::: Source information
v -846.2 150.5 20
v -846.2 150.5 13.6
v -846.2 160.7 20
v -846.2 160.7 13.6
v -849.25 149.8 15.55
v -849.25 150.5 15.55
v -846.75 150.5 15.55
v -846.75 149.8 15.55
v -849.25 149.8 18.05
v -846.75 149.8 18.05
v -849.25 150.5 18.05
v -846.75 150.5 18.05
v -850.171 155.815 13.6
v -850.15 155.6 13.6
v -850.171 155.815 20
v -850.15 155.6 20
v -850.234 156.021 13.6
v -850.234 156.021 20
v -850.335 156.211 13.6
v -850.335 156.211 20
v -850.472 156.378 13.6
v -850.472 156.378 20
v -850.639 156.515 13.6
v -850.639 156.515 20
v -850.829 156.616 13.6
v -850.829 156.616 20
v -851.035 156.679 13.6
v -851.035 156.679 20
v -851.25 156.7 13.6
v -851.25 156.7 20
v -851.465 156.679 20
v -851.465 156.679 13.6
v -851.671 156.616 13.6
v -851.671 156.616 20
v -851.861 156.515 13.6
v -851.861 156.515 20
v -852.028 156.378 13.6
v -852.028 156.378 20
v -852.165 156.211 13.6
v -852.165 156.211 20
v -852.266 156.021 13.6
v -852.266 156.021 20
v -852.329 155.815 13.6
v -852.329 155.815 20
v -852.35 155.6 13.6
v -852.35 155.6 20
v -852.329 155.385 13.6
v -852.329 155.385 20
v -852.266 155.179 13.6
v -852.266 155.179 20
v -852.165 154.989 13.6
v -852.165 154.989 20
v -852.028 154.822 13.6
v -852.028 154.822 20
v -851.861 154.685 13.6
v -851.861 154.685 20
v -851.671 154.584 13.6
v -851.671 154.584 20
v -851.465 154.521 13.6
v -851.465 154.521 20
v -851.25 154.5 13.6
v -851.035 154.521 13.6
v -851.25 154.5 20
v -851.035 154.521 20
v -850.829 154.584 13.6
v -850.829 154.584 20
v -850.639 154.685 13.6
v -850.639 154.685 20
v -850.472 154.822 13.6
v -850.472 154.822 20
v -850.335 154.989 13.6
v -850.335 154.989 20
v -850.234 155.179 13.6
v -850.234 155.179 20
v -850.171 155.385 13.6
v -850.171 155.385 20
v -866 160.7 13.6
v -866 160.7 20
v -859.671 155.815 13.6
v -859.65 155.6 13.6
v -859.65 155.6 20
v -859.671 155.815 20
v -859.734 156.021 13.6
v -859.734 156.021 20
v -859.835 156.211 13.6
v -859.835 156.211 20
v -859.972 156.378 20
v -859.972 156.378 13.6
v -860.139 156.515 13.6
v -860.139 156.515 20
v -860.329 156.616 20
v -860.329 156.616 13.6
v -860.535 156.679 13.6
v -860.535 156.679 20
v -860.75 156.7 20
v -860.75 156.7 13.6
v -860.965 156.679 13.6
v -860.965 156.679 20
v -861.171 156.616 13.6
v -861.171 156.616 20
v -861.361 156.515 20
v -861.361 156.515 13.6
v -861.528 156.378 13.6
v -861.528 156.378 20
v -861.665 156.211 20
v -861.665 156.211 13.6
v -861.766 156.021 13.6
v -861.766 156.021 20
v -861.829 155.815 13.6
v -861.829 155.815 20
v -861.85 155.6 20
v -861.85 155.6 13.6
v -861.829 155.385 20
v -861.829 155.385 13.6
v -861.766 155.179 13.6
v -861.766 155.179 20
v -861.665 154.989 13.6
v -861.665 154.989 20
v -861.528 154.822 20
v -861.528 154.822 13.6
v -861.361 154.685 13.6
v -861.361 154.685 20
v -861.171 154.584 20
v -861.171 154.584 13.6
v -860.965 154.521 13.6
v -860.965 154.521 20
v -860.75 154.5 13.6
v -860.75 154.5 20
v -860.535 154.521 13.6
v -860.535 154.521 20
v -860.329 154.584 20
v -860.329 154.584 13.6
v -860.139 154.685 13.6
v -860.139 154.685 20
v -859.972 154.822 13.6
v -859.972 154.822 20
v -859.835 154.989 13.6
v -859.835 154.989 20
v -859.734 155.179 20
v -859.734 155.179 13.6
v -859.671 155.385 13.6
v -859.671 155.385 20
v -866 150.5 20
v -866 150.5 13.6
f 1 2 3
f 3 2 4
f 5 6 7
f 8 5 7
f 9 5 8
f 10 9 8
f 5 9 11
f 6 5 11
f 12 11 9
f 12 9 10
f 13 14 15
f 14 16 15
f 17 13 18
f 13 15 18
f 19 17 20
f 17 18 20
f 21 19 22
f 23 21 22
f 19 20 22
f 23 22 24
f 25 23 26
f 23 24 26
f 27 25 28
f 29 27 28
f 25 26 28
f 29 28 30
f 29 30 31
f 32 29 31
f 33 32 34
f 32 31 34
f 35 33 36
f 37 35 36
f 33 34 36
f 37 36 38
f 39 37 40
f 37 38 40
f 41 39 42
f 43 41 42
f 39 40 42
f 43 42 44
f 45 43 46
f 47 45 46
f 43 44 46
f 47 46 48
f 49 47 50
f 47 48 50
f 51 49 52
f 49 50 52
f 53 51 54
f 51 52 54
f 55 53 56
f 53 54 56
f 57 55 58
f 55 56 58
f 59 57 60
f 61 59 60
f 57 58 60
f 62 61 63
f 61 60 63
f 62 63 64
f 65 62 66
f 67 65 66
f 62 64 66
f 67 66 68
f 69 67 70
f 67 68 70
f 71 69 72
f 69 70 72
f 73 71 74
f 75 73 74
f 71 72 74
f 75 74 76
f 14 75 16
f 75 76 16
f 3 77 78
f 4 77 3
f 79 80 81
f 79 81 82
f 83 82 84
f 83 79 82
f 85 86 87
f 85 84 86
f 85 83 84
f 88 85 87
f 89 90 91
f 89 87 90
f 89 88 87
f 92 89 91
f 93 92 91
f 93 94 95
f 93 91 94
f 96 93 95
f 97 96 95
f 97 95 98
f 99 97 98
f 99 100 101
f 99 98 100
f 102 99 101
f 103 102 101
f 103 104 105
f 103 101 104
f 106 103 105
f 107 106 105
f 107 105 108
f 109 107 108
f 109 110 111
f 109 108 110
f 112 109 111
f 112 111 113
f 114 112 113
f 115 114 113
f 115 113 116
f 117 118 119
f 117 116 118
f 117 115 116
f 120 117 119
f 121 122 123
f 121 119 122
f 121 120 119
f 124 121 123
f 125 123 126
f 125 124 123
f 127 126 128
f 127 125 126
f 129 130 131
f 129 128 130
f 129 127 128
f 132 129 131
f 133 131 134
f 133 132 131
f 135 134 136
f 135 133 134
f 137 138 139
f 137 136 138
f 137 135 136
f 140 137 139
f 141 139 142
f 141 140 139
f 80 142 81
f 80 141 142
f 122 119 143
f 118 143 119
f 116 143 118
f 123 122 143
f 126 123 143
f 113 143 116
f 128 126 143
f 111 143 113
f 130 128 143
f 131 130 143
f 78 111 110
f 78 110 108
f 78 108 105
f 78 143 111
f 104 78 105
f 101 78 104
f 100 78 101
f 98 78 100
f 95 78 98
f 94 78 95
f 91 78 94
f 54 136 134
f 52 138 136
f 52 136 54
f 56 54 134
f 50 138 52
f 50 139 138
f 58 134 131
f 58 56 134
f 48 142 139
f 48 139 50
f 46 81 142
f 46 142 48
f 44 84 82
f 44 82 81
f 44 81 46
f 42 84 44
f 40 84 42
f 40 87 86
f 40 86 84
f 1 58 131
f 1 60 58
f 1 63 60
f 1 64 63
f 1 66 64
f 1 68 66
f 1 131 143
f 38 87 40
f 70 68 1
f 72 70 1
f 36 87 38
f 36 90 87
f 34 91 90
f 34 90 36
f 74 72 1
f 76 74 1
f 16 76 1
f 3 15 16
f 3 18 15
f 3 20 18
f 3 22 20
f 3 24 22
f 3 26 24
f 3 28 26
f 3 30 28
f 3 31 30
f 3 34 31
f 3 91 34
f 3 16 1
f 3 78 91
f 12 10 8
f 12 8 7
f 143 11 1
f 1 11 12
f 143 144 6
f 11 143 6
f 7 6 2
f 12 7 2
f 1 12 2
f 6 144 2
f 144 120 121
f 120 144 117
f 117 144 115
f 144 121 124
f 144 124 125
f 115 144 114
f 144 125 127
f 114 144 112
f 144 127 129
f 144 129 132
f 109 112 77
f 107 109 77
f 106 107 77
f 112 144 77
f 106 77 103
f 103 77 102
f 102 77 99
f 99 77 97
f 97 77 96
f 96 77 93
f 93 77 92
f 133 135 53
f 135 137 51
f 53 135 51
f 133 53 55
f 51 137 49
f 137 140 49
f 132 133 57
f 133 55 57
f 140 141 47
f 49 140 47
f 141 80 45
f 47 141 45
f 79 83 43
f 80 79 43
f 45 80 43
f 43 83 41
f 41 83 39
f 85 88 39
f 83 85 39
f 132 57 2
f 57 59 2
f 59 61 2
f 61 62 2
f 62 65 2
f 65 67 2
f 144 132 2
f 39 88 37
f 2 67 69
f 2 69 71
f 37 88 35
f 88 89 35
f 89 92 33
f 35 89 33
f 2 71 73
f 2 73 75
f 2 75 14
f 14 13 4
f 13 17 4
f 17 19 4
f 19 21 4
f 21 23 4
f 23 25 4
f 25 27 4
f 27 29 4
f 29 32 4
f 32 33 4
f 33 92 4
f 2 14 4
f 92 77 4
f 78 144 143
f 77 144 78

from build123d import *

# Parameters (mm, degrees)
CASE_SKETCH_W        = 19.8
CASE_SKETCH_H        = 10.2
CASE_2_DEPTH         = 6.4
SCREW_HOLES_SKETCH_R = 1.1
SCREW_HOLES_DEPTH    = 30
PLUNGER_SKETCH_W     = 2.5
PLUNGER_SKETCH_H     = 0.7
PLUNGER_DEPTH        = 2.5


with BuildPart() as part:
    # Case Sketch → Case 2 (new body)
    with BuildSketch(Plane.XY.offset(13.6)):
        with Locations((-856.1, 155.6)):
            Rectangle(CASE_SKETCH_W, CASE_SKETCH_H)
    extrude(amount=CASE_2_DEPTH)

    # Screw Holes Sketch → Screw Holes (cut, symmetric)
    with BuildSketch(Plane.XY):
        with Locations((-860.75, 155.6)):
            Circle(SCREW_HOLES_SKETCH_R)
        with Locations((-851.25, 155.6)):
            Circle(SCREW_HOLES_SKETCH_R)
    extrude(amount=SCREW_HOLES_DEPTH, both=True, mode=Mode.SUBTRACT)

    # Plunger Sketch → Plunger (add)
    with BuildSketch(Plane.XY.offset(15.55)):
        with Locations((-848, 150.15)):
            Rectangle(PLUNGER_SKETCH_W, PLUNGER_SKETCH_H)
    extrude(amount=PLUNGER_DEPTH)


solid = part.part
::::::
_Your goal_.
From the line holding "f 114 112 113" to the line holding "f 137 135 136", inclusive, restate each line above exactly as written.

_Answer to the problem_.
f 114 112 113
f 115 114 113
f 115 113 116
f 117 118 119
f 117 116 118
f 117 115 116
f 120 117 119
f 121 122 123
f 121 119 122
f 121 120 119
f 124 121 123
f 125 123 126
f 125 124 123
f 127 126 128
f 127 125 126
f 129 130 131
f 129 128 130
f 129 127 128
f 132 129 131
f 133 131 134
f 133 132 131
f 135 134 136
f 135 133 134
f 137 138 139
f 137 136 138
f 137 135 136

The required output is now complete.